あの時、七歳の龍市少年は見たんだ、くるみさんが大クモに殺されるところを、それから二十五年間ずっと、歳をとらないけれど半分死んでいる姿の母親と過ごしてきたんだ。
「きつ」
家族の事なら俺だって色々大変だったとは思うけれど、それは思春期のカネメシネルのレベルだ、想像の域を軽く超えるナダさんの人生に比べれば、月とスッポンひょうたんに釣り鐘、駿河の富士と一里塚!
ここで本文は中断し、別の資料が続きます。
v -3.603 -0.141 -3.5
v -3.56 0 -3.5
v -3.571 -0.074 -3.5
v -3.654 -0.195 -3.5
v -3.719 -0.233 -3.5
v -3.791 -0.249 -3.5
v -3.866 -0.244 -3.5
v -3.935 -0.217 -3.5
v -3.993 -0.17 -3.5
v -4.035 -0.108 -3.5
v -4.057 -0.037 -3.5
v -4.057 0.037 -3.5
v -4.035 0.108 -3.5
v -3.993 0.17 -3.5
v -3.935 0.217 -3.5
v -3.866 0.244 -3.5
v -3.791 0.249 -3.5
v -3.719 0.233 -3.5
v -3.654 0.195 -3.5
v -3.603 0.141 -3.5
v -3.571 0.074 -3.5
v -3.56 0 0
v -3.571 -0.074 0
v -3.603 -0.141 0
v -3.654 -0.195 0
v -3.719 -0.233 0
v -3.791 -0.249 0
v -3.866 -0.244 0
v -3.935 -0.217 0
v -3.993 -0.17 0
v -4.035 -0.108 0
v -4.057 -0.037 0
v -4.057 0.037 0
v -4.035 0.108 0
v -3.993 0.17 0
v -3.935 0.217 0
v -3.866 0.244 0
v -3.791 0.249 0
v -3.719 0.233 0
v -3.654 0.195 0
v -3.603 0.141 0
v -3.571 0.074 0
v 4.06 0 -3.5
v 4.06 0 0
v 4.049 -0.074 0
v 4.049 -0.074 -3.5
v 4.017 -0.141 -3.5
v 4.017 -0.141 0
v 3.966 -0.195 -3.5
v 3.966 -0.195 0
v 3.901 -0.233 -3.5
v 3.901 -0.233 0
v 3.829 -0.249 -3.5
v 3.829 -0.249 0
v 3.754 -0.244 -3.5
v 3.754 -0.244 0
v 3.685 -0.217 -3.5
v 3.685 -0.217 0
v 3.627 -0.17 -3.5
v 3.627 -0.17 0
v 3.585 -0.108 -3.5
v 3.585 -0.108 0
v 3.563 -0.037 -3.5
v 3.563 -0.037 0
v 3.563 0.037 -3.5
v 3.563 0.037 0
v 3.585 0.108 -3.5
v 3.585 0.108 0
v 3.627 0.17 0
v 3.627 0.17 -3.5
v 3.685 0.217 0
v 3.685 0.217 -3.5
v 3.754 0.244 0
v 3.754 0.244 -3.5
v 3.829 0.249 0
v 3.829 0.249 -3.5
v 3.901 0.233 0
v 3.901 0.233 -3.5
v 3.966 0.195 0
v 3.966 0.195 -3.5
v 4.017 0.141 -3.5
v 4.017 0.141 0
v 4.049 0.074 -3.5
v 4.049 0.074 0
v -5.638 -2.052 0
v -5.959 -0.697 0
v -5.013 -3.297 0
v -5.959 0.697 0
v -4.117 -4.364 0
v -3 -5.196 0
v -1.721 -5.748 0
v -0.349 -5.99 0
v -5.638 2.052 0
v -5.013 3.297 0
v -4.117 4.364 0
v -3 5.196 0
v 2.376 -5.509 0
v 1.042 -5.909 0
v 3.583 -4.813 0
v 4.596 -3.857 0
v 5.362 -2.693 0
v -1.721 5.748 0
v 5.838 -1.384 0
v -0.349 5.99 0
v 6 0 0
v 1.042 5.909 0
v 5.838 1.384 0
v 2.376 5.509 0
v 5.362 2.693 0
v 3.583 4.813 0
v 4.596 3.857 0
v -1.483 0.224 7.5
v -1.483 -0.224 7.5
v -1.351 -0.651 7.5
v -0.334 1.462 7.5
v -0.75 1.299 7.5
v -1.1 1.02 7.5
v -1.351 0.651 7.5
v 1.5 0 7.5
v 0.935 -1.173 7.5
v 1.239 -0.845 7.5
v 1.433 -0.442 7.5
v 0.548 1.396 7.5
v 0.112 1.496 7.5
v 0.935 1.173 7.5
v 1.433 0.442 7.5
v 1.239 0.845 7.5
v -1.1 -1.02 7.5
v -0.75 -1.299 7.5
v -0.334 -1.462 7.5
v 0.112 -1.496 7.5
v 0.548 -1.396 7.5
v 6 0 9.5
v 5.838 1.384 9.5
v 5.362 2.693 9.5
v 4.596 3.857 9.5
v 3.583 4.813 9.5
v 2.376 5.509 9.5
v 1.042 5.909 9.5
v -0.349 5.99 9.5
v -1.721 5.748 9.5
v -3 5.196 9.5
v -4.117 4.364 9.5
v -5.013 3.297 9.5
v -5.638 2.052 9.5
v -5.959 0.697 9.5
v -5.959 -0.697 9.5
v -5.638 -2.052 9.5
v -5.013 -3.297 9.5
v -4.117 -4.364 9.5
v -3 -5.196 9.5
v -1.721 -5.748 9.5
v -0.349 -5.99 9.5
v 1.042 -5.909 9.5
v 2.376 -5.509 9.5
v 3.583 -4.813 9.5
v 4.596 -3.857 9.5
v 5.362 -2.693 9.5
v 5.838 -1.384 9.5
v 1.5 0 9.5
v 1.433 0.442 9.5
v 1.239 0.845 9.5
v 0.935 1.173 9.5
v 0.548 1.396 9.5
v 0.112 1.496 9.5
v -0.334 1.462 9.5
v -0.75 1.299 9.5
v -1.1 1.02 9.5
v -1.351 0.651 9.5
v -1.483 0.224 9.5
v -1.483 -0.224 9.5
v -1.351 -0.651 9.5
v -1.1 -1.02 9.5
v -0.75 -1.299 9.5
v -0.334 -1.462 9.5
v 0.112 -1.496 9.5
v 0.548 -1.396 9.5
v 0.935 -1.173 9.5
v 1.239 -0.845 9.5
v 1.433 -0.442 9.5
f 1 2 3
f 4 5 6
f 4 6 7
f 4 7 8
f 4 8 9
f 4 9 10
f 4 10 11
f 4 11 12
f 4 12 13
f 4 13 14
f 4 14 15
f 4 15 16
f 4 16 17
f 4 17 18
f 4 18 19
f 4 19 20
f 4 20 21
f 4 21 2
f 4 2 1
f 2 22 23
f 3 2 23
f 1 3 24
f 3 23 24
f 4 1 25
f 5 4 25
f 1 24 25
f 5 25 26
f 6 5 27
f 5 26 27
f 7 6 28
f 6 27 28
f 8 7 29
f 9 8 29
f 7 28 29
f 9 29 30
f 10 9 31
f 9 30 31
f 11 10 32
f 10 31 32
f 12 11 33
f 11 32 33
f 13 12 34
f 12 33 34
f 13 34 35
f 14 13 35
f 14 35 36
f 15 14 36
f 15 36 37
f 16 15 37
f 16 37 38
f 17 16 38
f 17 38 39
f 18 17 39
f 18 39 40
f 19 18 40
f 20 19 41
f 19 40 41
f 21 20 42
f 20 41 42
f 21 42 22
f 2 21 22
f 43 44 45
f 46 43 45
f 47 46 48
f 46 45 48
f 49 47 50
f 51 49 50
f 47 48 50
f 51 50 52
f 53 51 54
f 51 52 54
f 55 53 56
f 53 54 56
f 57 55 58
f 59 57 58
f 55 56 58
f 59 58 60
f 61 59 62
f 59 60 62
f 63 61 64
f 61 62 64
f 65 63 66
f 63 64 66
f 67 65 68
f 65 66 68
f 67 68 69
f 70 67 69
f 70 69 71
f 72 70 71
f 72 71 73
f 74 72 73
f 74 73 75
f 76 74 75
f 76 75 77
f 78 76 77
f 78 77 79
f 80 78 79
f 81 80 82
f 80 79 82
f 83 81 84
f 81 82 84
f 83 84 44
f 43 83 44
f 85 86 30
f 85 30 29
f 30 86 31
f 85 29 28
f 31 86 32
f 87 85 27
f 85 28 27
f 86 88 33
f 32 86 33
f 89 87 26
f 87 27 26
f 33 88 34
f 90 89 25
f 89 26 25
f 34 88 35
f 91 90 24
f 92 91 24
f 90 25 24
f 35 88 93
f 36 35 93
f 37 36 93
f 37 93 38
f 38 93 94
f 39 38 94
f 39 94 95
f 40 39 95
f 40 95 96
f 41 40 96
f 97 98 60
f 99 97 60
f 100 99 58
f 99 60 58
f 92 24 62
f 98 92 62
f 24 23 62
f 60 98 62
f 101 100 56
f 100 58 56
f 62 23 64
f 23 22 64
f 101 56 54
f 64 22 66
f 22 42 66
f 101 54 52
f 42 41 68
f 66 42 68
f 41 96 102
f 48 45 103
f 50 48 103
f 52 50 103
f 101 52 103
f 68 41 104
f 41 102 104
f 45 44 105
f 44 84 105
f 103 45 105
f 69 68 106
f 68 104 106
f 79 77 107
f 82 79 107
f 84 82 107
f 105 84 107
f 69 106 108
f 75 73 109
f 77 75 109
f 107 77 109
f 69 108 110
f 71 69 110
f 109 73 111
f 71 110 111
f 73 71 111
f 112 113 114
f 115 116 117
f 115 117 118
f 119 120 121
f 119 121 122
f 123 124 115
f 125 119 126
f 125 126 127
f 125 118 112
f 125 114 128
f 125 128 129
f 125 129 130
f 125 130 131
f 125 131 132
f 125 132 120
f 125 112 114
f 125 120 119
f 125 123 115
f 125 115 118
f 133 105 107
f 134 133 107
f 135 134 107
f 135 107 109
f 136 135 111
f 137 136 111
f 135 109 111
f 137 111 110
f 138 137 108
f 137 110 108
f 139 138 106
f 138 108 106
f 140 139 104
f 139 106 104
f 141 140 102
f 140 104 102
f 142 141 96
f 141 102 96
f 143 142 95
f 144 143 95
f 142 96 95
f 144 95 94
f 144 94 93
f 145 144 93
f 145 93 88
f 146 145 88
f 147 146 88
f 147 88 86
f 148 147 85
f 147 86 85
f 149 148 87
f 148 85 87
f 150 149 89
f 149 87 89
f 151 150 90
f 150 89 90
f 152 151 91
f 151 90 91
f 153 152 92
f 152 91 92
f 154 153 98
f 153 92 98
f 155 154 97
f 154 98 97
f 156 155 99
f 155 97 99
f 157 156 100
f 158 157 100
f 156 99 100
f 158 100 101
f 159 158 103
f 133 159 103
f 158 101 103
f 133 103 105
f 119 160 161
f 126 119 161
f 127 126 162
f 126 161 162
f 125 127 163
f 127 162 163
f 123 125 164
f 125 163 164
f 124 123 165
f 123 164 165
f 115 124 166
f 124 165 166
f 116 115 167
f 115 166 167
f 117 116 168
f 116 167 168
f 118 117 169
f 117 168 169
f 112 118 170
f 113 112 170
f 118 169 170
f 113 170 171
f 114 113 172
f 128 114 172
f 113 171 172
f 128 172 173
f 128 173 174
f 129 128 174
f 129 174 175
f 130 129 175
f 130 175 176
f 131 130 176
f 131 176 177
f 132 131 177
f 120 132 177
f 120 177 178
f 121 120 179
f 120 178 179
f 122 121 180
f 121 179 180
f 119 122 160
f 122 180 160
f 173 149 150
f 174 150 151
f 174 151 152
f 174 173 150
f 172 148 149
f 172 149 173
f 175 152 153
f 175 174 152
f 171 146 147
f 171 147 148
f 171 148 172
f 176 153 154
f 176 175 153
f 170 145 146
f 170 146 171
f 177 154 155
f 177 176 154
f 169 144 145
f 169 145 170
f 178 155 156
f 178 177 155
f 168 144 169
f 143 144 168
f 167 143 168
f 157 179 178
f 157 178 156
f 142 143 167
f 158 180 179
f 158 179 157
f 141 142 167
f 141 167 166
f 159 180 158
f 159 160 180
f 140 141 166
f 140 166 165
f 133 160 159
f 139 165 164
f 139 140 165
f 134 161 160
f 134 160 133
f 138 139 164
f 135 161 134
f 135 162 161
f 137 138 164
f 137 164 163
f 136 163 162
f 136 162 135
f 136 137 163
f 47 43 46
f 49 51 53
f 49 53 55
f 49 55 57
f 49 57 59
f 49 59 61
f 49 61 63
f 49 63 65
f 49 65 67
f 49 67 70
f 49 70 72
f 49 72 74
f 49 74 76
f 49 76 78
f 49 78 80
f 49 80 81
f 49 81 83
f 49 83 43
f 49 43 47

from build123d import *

# Parameters (mm, degrees)
SKETCH_R     = 6
PAD_DEPTH    = 9.5
SKETCH001_R  = 1.5
POCKET_DEPTH = 2
SKETCH002_R  = 0.25
PAD001_DEPTH = 3.5


with BuildPart() as part:
    # Sketch → Pad (new body)
    with BuildSketch(Plane.XY):
        Circle(SKETCH_R)
    extrude(amount=PAD_DEPTH)

    # Sketch001 (on Face3 of Pad) → Pocket (cut)
    with BuildSketch(Plane.XY.offset(9.5)):
        Circle(SKETCH001_R)
    extrude(amount=-POCKET_DEPTH, mode=Mode.SUBTRACT)

    # Sketch002 (on Face2 of Pocket) → Pad001 (join)
    with BuildSketch(Plane(origin=(0, 0, 0), x_dir=(1, 0, 0), z_dir=(0, 0, -1))):
        with Locations((-3.81, 0)):
            Circle(SKETCH002_R)
        with Locations((3.81, 0)):
            Circle(SKETCH002_R)
    extrude(amount=PAD001_DEPTH)


solid = part.part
「ナダさん、さっきはやきもちとか言ってごめんなさい、俺にできる事があったら何でもしますから、遠慮なく言ってください、頑張ります!」
鼻息荒く訴えると、ナダさんは「何だそれ」と、少し照れたように首の後ろに手を回した。
ナダさんが嬉しそうにしていると俺も嬉しい。
「まぁ、お前が頑張ったところで何の力にもならねぇと思うが、まぁ、無茶だけはすんな、あと『ひょうたん』じゃなくて『ちょうちん』だからな、間違えんじゃねぇぞ」
「は、え?」
はい。一つ賢くなりました……。